Take pride in what you can do, like I wrote in a previous thread... a five years ago I completely rebuilt our front deck. After it was done the thought never crossed my mind to take a picture of it. Today, if I fix 'anything' around here now... for some strange reason I want to take a picture of it!

 

[Schmutz]

Thanks everyone. And yes - I do have PLS so that's why I walk the track- I can't walk on hills so a flat track works for me. I go to physical therapy twice a week but when I get home from anything I have to just sit for awhile and do nothing.
It's disgusting but the best I can do.

I must go help my husband fix dinner. That's one of the things I promised my self I would
be better about last night.

I have done better today. Got up, walked the track, "showered", went to a lousy movie, and now I'll have dinner. I'll try to sleep better tonight.

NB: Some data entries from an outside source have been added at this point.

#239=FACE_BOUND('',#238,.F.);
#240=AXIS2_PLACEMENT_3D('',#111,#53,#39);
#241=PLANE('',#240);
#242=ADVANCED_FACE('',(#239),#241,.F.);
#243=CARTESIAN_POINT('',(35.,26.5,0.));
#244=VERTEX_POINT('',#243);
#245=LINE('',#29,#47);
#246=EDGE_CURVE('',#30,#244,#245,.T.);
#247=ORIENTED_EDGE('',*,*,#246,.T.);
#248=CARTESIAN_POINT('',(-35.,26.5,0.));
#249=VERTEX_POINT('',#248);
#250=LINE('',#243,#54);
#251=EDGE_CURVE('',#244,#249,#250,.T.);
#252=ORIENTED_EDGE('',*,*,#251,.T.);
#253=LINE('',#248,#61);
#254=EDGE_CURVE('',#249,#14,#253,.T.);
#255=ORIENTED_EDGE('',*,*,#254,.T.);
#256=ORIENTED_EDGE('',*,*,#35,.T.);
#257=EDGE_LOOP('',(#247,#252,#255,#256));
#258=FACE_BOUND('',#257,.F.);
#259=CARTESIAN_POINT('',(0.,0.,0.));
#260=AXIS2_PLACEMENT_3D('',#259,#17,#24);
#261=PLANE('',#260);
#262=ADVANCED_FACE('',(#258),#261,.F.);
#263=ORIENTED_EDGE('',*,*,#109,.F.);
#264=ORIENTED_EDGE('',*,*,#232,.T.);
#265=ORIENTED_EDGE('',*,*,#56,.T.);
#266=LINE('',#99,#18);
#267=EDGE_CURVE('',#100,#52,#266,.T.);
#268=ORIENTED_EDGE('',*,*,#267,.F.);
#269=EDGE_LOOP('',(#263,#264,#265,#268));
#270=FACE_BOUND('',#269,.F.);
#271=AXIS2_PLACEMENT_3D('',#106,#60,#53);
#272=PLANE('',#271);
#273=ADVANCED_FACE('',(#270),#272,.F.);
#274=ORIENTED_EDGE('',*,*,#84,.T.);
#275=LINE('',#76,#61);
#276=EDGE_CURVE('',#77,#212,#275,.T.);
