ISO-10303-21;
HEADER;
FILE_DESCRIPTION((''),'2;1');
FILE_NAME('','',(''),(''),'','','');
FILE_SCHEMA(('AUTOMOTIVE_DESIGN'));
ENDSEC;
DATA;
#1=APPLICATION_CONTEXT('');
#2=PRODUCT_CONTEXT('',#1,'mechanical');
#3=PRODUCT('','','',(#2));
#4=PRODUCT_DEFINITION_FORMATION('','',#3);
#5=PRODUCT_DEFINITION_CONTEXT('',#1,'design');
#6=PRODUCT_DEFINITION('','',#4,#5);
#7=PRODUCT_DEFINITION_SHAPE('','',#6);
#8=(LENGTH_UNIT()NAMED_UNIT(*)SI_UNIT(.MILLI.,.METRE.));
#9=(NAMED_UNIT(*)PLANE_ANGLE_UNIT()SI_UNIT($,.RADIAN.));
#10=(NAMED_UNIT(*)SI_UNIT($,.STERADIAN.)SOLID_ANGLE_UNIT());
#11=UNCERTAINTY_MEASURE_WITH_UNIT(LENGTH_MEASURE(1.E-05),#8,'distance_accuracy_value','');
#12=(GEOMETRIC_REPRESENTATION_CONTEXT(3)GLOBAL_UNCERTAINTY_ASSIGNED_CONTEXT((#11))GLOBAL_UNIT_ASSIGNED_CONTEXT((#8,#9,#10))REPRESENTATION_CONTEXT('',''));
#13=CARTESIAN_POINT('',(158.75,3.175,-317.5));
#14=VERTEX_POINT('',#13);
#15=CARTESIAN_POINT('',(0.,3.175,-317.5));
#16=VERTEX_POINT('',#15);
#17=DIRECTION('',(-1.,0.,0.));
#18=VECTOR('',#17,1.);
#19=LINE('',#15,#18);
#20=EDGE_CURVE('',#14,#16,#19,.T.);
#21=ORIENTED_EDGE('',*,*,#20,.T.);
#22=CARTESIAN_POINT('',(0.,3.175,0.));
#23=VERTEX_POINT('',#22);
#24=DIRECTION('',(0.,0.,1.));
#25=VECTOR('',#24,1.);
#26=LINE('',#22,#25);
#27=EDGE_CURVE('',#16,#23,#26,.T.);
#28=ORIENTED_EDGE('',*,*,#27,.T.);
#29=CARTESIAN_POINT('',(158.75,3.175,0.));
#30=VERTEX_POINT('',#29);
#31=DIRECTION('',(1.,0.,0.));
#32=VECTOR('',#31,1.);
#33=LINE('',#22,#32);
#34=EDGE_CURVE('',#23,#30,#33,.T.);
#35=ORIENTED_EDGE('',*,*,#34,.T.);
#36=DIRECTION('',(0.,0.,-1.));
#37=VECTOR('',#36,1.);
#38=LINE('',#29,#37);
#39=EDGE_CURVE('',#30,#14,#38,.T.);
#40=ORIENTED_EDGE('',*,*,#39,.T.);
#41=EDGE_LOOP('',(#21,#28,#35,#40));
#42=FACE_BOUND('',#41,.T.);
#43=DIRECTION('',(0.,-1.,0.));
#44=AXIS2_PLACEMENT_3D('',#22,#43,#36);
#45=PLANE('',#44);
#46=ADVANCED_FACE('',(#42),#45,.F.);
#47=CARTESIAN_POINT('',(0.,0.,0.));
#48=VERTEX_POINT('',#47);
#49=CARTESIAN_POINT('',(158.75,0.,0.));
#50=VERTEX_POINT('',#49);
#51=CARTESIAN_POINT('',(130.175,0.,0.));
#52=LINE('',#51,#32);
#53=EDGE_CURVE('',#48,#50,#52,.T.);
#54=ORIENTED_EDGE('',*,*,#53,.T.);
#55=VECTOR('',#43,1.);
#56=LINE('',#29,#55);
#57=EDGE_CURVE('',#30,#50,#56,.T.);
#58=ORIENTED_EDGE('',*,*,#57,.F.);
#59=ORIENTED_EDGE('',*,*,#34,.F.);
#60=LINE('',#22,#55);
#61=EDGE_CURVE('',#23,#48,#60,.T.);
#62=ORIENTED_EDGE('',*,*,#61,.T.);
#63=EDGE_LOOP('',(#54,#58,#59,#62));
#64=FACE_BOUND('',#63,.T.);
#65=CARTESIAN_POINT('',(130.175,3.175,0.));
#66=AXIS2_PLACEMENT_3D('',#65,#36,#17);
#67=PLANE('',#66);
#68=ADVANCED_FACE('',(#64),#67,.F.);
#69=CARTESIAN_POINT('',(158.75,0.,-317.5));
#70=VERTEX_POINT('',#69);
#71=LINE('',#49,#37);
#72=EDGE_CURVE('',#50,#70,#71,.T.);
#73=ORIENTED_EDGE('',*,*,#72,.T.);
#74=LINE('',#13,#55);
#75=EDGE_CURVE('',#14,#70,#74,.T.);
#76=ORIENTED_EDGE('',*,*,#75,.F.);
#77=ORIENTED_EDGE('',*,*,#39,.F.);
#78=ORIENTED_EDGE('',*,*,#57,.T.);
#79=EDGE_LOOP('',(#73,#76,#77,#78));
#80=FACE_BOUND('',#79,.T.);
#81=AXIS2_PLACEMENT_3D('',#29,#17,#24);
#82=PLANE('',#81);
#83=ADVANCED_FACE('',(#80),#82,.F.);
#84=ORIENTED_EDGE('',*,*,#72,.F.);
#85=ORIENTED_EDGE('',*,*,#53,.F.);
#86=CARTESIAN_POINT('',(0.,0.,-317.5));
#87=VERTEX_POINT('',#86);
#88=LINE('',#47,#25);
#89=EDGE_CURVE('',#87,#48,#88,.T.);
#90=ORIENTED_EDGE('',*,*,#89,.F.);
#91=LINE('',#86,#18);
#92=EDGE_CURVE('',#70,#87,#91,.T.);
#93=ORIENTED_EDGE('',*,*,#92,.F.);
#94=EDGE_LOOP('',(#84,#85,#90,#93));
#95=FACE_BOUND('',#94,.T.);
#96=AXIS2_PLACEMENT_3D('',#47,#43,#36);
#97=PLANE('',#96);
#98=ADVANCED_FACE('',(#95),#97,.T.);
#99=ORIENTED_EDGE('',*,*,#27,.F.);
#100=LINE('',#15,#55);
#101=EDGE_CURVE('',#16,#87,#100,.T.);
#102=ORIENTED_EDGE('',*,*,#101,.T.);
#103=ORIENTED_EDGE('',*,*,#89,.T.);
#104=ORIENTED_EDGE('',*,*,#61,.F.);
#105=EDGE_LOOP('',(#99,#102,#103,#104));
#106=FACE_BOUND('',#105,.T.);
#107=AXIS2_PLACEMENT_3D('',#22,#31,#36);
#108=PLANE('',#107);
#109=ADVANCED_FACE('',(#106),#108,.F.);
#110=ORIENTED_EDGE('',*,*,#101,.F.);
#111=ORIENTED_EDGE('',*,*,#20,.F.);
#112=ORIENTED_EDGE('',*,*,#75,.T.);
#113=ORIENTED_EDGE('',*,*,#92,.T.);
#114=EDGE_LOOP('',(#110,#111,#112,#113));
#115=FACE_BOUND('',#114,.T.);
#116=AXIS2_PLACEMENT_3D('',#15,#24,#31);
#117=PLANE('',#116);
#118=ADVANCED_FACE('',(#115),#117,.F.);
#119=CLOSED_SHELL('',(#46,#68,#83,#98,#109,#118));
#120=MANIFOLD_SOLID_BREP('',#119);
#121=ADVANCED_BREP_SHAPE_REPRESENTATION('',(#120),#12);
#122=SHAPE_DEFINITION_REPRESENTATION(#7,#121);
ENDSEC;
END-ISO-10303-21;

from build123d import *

# Parameters (mm, degrees)
BOSS_EXTRUDE1_DEPTH = 3.175


with BuildPart() as part:
    # Sketch1 → Boss-Extrude1 (new body)
    with BuildSketch(Plane(origin=(0, 0, 0), x_dir=(1, 0, 0), z_dir=(0, 1, 0))):
        Polygon((130.175, 0), (158.75, 0), (158.75, 317.5), (0, 317.5), (0, 0), (28.575, 0), align=None)
    extrude(amount=BOSS_EXTRUDE1_DEPTH)


solid = part.part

I have to be responsible about some things. '

I'm trying to have a better atttitude!

Anne

 

[Janie H]

Anne,
I try to think about it as the vacation I never had, I was working 12 hours a day at a stressful job when I was diagnosed. Now I just have to worry about what to eat for lunch, what's on TV. Not being able to speak hurts but it could always be worse.

Janie H

 

[Mike in Maine]

Just take it slow, I try to keep a steady strain on the line and accomplish what I can, and catch the next stuff in the following days. I’m lucky in that my family understands when I say I’m done that’s it, it is either bedtime or nap time. Means they have to do a lot extra, but they understanding the reason why and I love them all the more for it. Do something, take a short break, listen to what your body tells you and go from there. If I don’t listen to what my body is saying and shutdown when needed, I’m usually in for a big crash and those suck because they can last for days. I think going slow maybe the answer to the always pulling and tearing the muscle, again slow and deliberate, think about my actions, my movements. No more rushing to see how much I can get done in a day, do what I need to get done today. It is a huge mind set change, at least it has been for me. A sea change.